Advanced Analysis of Biological Signals
FEKT-MPA-ACSAcad. year: 2020/2021
The course is oriented to multirate signal processing, time-frequency analysis focused particularly on the different types of wavelet transform, parametric methods for power spectrum estimation, principal component analysis (PCA) and data compression.
Learning outcomes of the course unit
The student is able to:
- implement the sampling rate conversion
- explain the principles and advantages of multirate filtering
- implement of the various types of wavelet transforms
- explain the principles of filtering and data compression based on wavelet transform
- explain the principles of lossless data compression (Huffman encoder, arithmetic coder)
- explain the principles and possibilities of the use of PCA
Students should have knowledge of digital signal processing, be familiar with the ways of describing the linear filters (transfer function, impulse response, difference equations, frequency response). We assume basic knowledge of students about the properties of biosignals (especially ECG, EEG, EMG). The laboratory work is expected knowledge of Matlab programming environment.
Recommended optional programme components
Recommended or required reading
Proakis,J.G., Manolakis,D.G.: Digital Signal Processing. Principles, Algorithms and Applications. Macmillan, 1992 (EN)
Akay, M.: Detection and Estimation Methods for Biomedical Signals. Academic Press, 1996 (EN)
Planned learning activities and teaching methods
Teaching methods include lectures and computer laboratories. Course is taking advantage of e-learning system. Students have to write a single project/assignment during the course.
Assesment methods and criteria linked to learning outcomes
- 30 points can be obtained for activity in the laboratory exercises, consisting in solving tasks (for the procedure for the examination must be obtained at least 15 points)
- 70 points can be obtained for the written exam (the written examination is necessary to obtain at least 35 points)
Language of instruction
1. Sampling rate conversion.
2. Design of multirate filters.
3. Time-frequency analysis, continuous-time wavelet transform (CTWT).
4. Discrete-time wavelet transform (DTWT), dyadic and packet DTWT.
5. Use of CTWT in analysis of biosignals.
6. Losless compresion of biosignals (Huffman and arithmetic coding).
7. Use of DTWT in compression of biosignals.
8. Redundant DTWT for filtering and analysis of biosignals.
9. Spectral analysis of biosignals and parametric methods for power spectrum estimation.
10. Linear prediction and Burg method for power spectrum estimation.
11. Principal component analysis (PCA) for filtering and compression of data .

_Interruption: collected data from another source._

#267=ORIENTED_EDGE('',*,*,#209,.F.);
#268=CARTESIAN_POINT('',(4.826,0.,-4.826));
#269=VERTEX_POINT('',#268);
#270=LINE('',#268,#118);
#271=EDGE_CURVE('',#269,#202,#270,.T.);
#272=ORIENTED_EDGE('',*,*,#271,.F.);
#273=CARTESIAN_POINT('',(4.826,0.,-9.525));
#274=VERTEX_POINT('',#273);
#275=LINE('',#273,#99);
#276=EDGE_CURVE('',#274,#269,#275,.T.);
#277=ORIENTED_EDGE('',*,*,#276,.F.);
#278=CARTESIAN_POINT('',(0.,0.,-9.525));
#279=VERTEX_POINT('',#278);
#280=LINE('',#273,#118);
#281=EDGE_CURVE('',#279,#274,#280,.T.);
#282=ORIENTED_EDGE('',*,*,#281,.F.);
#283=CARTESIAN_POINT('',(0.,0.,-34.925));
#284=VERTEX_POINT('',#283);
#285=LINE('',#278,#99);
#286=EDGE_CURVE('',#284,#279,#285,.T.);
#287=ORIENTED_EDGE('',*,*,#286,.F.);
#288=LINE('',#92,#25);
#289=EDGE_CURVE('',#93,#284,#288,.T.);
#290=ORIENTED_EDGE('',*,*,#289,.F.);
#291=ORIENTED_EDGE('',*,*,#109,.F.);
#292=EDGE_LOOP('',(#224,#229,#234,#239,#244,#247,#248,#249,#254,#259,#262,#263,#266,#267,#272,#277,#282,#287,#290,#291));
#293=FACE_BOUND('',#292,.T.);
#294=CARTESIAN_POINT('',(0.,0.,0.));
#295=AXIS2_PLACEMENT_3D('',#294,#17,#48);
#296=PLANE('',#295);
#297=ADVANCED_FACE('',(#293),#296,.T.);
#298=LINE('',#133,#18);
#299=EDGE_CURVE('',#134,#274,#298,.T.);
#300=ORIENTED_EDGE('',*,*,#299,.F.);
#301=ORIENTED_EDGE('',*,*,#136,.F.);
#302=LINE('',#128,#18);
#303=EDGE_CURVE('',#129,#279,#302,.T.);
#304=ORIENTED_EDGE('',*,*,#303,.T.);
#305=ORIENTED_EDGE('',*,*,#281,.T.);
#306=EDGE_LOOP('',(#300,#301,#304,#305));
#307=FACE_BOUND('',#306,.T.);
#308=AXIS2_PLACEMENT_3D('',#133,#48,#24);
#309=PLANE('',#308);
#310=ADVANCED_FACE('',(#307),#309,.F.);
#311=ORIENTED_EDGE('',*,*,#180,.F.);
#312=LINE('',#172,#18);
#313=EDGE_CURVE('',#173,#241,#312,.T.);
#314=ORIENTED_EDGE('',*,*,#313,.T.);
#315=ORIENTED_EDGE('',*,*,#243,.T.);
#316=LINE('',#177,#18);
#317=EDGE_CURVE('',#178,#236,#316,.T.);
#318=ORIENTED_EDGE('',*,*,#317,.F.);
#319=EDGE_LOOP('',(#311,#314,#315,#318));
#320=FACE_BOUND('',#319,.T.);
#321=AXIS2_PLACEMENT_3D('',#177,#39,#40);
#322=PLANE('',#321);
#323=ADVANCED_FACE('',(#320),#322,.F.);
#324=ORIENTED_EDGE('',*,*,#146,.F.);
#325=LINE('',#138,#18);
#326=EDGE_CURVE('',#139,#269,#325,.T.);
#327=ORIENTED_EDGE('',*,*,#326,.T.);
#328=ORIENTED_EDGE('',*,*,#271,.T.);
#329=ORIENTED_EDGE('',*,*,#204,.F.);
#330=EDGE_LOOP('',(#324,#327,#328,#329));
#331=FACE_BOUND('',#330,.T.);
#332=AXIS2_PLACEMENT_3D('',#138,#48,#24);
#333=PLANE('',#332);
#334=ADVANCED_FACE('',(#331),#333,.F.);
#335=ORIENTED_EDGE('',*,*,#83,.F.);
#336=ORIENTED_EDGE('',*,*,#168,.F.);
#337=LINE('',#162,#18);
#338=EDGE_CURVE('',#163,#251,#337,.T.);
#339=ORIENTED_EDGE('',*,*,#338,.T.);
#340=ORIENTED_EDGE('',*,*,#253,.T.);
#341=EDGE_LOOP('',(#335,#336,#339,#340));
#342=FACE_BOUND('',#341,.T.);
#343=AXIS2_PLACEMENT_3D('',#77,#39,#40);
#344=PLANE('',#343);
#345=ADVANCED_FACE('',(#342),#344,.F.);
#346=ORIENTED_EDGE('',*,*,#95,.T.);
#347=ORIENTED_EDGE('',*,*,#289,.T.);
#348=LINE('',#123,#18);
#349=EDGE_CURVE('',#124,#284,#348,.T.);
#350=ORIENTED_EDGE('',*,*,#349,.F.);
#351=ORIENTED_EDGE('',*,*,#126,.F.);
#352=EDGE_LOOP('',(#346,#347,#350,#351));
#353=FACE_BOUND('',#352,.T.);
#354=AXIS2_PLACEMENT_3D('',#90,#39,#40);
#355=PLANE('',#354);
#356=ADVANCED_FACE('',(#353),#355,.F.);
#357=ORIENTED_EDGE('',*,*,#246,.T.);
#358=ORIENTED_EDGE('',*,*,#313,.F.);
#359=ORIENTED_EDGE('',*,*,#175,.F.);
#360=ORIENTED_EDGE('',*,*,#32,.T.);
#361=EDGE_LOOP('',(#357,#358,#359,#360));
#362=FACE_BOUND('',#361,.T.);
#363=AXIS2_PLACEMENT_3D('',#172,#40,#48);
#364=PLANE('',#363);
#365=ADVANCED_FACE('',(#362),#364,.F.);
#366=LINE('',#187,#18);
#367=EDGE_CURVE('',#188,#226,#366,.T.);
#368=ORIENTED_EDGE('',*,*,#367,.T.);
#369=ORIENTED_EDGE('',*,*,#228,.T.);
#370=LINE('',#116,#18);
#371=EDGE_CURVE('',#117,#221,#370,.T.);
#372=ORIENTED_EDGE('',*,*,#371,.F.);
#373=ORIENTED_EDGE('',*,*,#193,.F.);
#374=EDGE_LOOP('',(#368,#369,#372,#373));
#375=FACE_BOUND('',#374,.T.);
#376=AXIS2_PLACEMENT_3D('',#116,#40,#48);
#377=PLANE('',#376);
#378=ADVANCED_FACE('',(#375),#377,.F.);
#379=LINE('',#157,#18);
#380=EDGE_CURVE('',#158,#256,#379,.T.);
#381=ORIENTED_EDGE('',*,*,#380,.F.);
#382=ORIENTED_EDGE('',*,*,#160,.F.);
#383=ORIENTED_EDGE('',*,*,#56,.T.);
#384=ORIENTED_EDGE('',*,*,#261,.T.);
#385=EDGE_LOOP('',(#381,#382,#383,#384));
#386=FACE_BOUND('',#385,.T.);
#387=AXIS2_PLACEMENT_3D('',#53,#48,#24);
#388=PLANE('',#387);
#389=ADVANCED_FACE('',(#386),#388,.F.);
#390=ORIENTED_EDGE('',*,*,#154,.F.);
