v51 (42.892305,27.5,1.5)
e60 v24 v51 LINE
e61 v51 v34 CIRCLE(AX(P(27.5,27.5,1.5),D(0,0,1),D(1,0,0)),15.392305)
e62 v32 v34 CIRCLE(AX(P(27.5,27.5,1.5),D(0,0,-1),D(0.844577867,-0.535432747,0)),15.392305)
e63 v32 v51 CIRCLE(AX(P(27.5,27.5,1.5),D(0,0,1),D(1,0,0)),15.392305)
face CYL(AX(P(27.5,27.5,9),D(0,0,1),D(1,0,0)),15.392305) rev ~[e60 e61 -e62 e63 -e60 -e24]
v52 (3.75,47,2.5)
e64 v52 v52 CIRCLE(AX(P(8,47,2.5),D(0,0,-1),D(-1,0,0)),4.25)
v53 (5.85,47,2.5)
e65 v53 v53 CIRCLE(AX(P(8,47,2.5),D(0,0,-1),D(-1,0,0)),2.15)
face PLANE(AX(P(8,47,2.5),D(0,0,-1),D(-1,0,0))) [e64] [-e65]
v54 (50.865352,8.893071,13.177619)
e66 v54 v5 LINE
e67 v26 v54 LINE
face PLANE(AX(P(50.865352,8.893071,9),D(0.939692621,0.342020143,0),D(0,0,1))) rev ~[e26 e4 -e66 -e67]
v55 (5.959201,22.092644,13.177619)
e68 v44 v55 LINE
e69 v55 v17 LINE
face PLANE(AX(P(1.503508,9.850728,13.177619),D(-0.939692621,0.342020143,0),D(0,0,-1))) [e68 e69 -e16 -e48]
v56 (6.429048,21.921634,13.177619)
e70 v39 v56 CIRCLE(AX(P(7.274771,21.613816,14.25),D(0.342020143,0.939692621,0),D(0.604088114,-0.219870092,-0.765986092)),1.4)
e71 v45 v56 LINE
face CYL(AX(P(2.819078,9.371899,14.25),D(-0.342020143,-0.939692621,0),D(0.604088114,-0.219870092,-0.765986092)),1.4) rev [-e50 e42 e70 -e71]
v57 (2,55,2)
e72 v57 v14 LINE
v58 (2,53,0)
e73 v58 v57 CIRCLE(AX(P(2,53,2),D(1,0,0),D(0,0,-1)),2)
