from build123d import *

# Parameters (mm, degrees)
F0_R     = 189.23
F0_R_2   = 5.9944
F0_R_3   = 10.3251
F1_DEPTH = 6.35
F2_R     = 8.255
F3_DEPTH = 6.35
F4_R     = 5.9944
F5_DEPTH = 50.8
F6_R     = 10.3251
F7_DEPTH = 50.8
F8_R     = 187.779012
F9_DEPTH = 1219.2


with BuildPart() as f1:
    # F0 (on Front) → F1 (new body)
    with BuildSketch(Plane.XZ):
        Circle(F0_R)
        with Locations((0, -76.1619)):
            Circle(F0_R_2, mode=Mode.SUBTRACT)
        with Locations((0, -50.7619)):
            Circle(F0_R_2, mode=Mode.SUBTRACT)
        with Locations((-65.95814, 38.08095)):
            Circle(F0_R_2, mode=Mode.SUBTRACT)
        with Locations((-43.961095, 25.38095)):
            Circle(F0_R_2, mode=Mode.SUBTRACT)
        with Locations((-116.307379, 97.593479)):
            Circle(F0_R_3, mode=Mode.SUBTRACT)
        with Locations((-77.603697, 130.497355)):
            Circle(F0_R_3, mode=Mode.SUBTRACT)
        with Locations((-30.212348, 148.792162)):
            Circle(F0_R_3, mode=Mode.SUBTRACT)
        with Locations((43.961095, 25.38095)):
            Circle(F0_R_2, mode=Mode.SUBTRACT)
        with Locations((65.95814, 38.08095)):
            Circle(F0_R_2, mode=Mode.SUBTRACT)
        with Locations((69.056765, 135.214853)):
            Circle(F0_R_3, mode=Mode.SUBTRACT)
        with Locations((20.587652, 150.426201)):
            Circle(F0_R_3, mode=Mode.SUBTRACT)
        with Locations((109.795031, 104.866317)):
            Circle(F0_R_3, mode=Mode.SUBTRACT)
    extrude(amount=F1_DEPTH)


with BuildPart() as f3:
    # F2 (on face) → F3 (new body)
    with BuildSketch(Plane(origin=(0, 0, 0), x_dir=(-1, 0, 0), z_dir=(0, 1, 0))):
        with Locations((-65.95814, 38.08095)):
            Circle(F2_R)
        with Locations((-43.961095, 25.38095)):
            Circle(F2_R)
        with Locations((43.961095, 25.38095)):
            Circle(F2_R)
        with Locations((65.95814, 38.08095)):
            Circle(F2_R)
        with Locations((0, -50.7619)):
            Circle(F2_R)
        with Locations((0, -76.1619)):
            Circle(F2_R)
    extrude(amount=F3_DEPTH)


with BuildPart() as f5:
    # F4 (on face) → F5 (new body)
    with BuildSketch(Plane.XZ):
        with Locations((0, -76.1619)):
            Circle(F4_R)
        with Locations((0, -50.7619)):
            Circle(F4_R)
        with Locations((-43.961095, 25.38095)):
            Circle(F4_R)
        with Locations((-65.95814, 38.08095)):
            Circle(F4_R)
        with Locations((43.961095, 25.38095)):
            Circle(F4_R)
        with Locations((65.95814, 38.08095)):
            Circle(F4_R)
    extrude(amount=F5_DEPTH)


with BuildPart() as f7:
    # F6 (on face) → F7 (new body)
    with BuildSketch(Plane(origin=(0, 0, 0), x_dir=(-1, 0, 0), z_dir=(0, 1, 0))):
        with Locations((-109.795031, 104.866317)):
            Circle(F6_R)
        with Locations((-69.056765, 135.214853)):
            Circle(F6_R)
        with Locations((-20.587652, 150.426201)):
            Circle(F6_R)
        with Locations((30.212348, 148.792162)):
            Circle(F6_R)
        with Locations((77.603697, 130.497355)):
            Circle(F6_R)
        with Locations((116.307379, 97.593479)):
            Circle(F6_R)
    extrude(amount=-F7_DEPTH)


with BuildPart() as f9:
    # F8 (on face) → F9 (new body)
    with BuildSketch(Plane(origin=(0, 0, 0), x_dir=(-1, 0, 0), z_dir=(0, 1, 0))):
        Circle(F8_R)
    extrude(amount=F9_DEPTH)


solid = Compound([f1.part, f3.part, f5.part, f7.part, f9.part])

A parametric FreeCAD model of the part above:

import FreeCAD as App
import Part
import Sketcher
Q = App.Units.Quantity

doc = App.newDocument("Part")
params = doc.addObject("Spreadsheet::Sheet", "Params")
for row, (alias, value) in enumerate([
    ("sketch1_diameter", "14.9 in"),
    ("sketch1_diameter2", "0.472 in"),
    ("sketch1_diameter3", "0.813 in"),
    ("pad1_length", "0.25 in"),
    ("sketch2_diameter", "0.65 in"),
    ("pad2_length", "0.25 in"),
    ("sketch3_diameter", "0.472 in"),
    ("pad3_length", "2 in"),
    ("sketch4_diameter", "0.813 in"),
    ("pad4_length", "2 in"),
    ("pad5_length", "48 in"),
], start=1):
    params.set(f"A{row}", alias)
    params.set(f"B{row}", "=" + value)
    params.setAlias(f"B{row}", alias)

body = doc.addObject("PartDesign::Body", "Body")

# Sketch on XZ plane
sketch1 = body.newObject("Sketcher::SketchObject", "Sketch")
sketch1.AttachmentSupport = (doc.getObject("XZ_Plane"), [""])
sketch1.MapMode = "FlatFace"
sketch1.addGeometry(Part.Circle(App.Vector(0, 0, 0), App.Vector(0, 0, 1), 189), False)
sketch1.addGeometry(Part.Circle(App.Vector(-66, 38, 0), App.Vector(0, 0, 1), 6), False)
sketch1.addGeometry(Part.Circle(App.Vector(-44, 25, 0), App.Vector(0, 0, 1), 6), False)
sketch1.addGeometry(Part.Circle(App.Vector(0, -76, 0), App.Vector(0, 0, 1), 6), False)
sketch1.addGeometry(Part.Circle(App.Vector(0, -51, 0), App.Vector(0, 0, 1), 6), False)
sketch1.addGeometry(Part.Circle(App.Vector(44, 25, 0), App.Vector(0, 0, 1), 6), False)
sketch1.addGeometry(Part.Circle(App.Vector(66, 38, 0), App.Vector(0, 0, 1), 6), False)
sketch1.addGeometry(Part.Circle(App.Vector(-116, 98, 0), App.Vector(0, 0, 1), 10), False)
sketch1.addGeometry(Part.Circle(App.Vector(-78, 130, 0), App.Vector(0, 0, 1), 10), False)
sketch1.addGeometry(Part.Circle(App.Vector(-30, 149, 0), App.Vector(0, 0, 1), 10), False)
sketch1.addGeometry(Part.Circle(App.Vector(21, 150, 0), App.Vector(0, 0, 1), 10), False)
sketch1.addGeometry(Part.Circle(App.Vector(110, 105, 0), App.Vector(0, 0, 1), 10), False)
sketch1.addGeometry(Part.Circle(App.Vector(69, 135, 0), App.Vector(0, 0, 1), 10), False)
sketch1.addConstraint(Sketcher.Constraint("Coincident", 0, 3, -1, 1))
sketch1.addConstraint(Sketcher.Constraint("Equal", 1, 2))
sketch1.addConstraint(Sketcher.Constraint("Equal", 2, 3))
sketch1.addConstraint(Sketcher.Constraint("Equal", 3, 4))
sketch1.addConstraint(Sketcher.Constraint("Equal", 4, 5))
sketch1.addConstraint(Sketcher.Constraint("Equal", 5, 6))
sketch1.addConstraint(Sketcher.Constraint("Equal", 7, 8))
sketch1.addConstraint(Sketcher.Constraint("Equal", 8, 9))
sketch1.addConstraint(Sketcher.Constraint("Equal", 9, 10))
sketch1.addConstraint(Sketcher.Constraint("Equal", 10, 11))
sketch1.addConstraint(Sketcher.Constraint("Equal", 11, 12))
sketch1.addConstraint(Sketcher.Constraint("Symmetric", 2, 3, 5, 3, -2))
sketch1.addConstraint(Sketcher.Constraint("Symmetric", 1, 3, 6, 3, -2))
sketch1.addConstraint(Sketcher.Constraint("PointOnObject", 3, 3, -2))
sketch1.addConstraint(Sketcher.Constraint("PointOnObject", 4, 3, -2))
sketch1.addConstraint(Sketcher.Constraint("Diameter", 0, Q("14.9 in")))
sketch1.addConstraint(Sketcher.Constraint("Diameter", 1, Q("0.472 in")))
sketch1.addConstraint(Sketcher.Constraint("Diameter", 7, Q("0.813 in")))
sketch1.addConstraint(Sketcher.Constraint("DistanceY", 3, 3, 4, 3, Q("1 in")))
sketch1.addConstraint(Sketcher.Constraint("DistanceX", 9, 3, 10, 3, Q("2 in")))
sketch1.addConstraint(Sketcher.Constraint("DistanceY", 2, 3, 1, 3, Q("0.5 in")))
sketch1.addConstraint(Sketcher.Constraint("DistanceY", 3, 3, -1, 1, Q("2.9985 in")))
sketch1.addConstraint(Sketcher.Constraint("DistanceY", -1, 1, 10, 3, 150.426201))
sketch1.addConstraint(Sketcher.Constraint("DistanceX", 8, 3, 2, 3, 33.642602))
sketch1.addConstraint(Sketcher.Constraint("DistanceX", 1, 3, -1, 1, 65.95814))
sketch1.addConstraint(Sketcher.Constraint("DistanceY", -1, 1, 1, 3, 38.08095))
sketch1.addConstraint(Sketcher.Constraint("DistanceX", 7, 3, -1, 1, 116.307379))
sketch1.addConstraint(Sketcher.Constraint("DistanceY", -1, 1, 7, 3, 97.593479))
sketch1.addConstraint(Sketcher.Constraint("DistanceY", -1, 1, 9, 3, 148.792162))
sketch1.addConstraint(Sketcher.Constraint("DistanceX", -1, 1, 10, 3, 20.587652))
sketch1.addConstraint(Sketcher.Constraint("DistanceX", -1, 1, 11, 3, 109.795031))
sketch1.addConstraint(Sketcher.Constraint("DistanceX", 2, 3, 5, 3, 87.92219))
sketch1.addConstraint(Sketcher.Constraint("DistanceY", 12, 3, 9, 3, 13.577309))
sketch1.addConstraint(Sketcher.Constraint("DistanceX", 5, 3, 12, 3, 25.09567))
sketch1.addConstraint(Sketcher.Constraint("DistanceY", -1, 1, 8, 3, 130.497355))
sketch1.addConstraint(Sketcher.Constraint("DistanceY", -1, 1, 11, 3, 104.866317))
sketch1.setExpression("Constraints[15]", "Params.sketch1_diameter")
sketch1.setExpression("Constraints[16]", "Params.sketch1_diameter2")
sketch1.setExpression("Constraints[17]", "Params.sketch1_diameter3")
pad1 = body.newObject("PartDesign::Pad", "Pad")
pad1.Profile = sketch1
pad1.setExpression("Length", "Params.pad1_length")
body2 = doc.addObject("PartDesign::Body", "Body001")
body2.AllowCompound = True

# Sketch on XZ plane
sketch2 = body2.newObject("Sketcher::SketchObject", "Sketch001")
sketch2.AttachmentSupport = (doc.getObject("XZ_Plane001"), [""])
sketch2.MapMode = "FlatFace"
sketch2.addGeometry(Part.Circle(App.Vector(66, 38, 0), App.Vector(0, 0, 1), 8), False)
sketch2.addGeometry(Part.Circle(App.Vector(44, 25, 0), App.Vector(0, 0, 1), 8), False)
sketch2.addGeometry(Part.Circle(App.Vector(-44, 25, 0), App.Vector(0, 0, 1), 8), False)
sketch2.addGeometry(Part.Circle(App.Vector(-66, 38, 0), App.Vector(0, 0, 1), 8), False)
sketch2.addGeometry(Part.Circle(App.Vector(0, -51, 0), App.Vector(0, 0, 1), 8), False)
sketch2.addGeometry(Part.Circle(App.Vector(0, -76, 0), App.Vector(0, 0, 1), 8), False)
sketch2.addConstraint(Sketcher.Constraint("Equal", 0, 1))
sketch2.addConstraint(Sketcher.Constraint("Equal", 1, 2))
sketch2.addConstraint(Sketcher.Constraint("Equal", 2, 3))
sketch2.addConstraint(Sketcher.Constraint("Equal", 3, 4))
sketch2.addConstraint(Sketcher.Constraint("Equal", 4, 5))
sketch2.addConstraint(Sketcher.Constraint("Symmetric", 1, 3, 2, 3, -2))
sketch2.addConstraint(Sketcher.Constraint("Symmetric", 0, 3, 3, 3, -2))
sketch2.addConstraint(Sketcher.Constraint("PointOnObject", 4, 3, -2))
sketch2.addConstraint(Sketcher.Constraint("PointOnObject", 5, 3, -2))
sketch2.addConstraint(Sketcher.Constraint("Diameter", 0, Q("0.65 in")))
sketch2.addConstraint(Sketcher.Constraint("DistanceY", 5, 3, 4, 3, Q("1 in")))
sketch2.addConstraint(Sketcher.Constraint("DistanceY", 1, 3, 0, 3, Q("0.5 in")))
sketch2.addConstraint(Sketcher.Constraint("DistanceY", 4, 3, -1, 1, Q("1.9985 in")))
sketch2.addConstraint(Sketcher.Constraint("DistanceX", -1, 1, 0, 3, 65.95814))
sketch2.addConstraint(Sketcher.Constraint("DistanceY", -1, 1, 0, 3, 38.08095))
sketch2.addConstraint(Sketcher.Constraint("DistanceX", 2, 3, 1, 3, 87.92219))
sketch2.setExpression("Constraints[9]", "Params.sketch2_diameter")
pad2 = body2.newObject("PartDesign::Pad", "Pad001")
pad2.Profile = sketch2
pad2.setExpression("Length", "Params.pad2_length")
pad2.Reversed = True
body3 = doc.addObject("PartDesign::Body", "Body002")
body3.AllowCompound = True

# Sketch on XZ plane
sketch3 = body3.newObject("Sketcher::SketchObject", "Sketch002")
sketch3.AttachmentSupport = (doc.getObject("XZ_Plane002"), [""])
sketch3.MapMode = "FlatFace"
sketch3.addGeometry(Part.Circle(App.Vector(0, -76, 0), App.Vector(0, 0, 1), 6), False)
sketch3.addGeometry(Part.Circle(App.Vector(0, -51, 0), App.Vector(0, 0, 1), 6), False)
sketch3.addGeometry(Part.Circle(App.Vector(-44, 25, 0), App.Vector(0, 0, 1), 6), False)
sketch3.addGeometry(Part.Circle(App.Vector(-66, 38, 0), App.Vector(0, 0, 1), 6), False)
sketch3.addGeometry(Part.Circle(App.Vector(44, 25, 0), App.Vector(0, 0, 1), 6), False)
sketch3.addGeometry(Part.Circle(App.Vector(66, 38, 0), App.Vector(0, 0, 1), 6), False)
sketch3.addConstraint(Sketcher.Constraint("Equal", 0, 1))
sketch3.addConstraint(Sketcher.Constraint("Equal", 1, 2))
sketch3.addConstraint(Sketcher.Constraint("Equal", 2, 3))
sketch3.addConstraint(Sketcher.Constraint("Equal", 3, 4))
sketch3.addConstraint(Sketcher.Constraint("Equal", 4, 5))
sketch3.addConstraint(Sketcher.Constraint("Symmetric", 2, 3, 4, 3, -2))
sketch3.addConstraint(Sketcher.Constraint("Symmetric", 3, 3, 5, 3, -2))
sketch3.addConstraint(Sketcher.Constraint("PointOnObject", 0, 3, -2))
sketch3.addConstraint(Sketcher.Constraint("PointOnObject", 1, 3, -2))
sketch3.addConstraint(Sketcher.Constraint("Diameter", 0, Q("0.472 in")))
sketch3.addConstraint(Sketcher.Constraint("DistanceY", 0, 3, 1, 3, Q("1 in")))
sketch3.addConstraint(Sketcher.Constraint("DistanceY", 2, 3, 3, 3, Q("0.5 in")))
sketch3.addConstraint(Sketcher.Constraint("DistanceY", 0, 3, -1, 1, Q("2.9985 in")))
sketch3.addConstraint(Sketcher.Constraint("DistanceY", -1, 1, 2, 3, 25.38095))
sketch3.addConstraint(Sketcher.Constraint("DistanceX", 3, 3, -1, 1, 65.95814))
sketch3.addConstraint(Sketcher.Constraint("DistanceX", 2, 3, 4, 3, 87.92219))
sketch3.setExpression("Constraints[9]", "Params.sketch3_diameter")
pad3 = body3.newObject("PartDesign::Pad", "Pad002")
pad3.Profile = sketch3
pad3.setExpression("Length", "Params.pad3_length")
body4 = doc.addObject("PartDesign::Body", "Body003")
body4.AllowCompound = True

12. Independent component analysis (ICA) for signal separation.
13. Linear deconvolution.
14. Median filtration, pyramidal median transformation.
15. Homomorphic filtration and cepstral analysis.
Gaining knowledge about multirate signal processing, wavelet transforms for processing and analysis of biosignals, principal component analysis (PCA), applications of PCA for analysis of biosignals and parametric methods for power spectrum estimation. Basic understanding of information theory, getting to know with the methods of lossless and lossy data compression.
Specification of controlled education, way of implementation and compensation for absences
Laboratory is compulsory, missed labs must be properly excused and can be replaced after agreement with the teacher.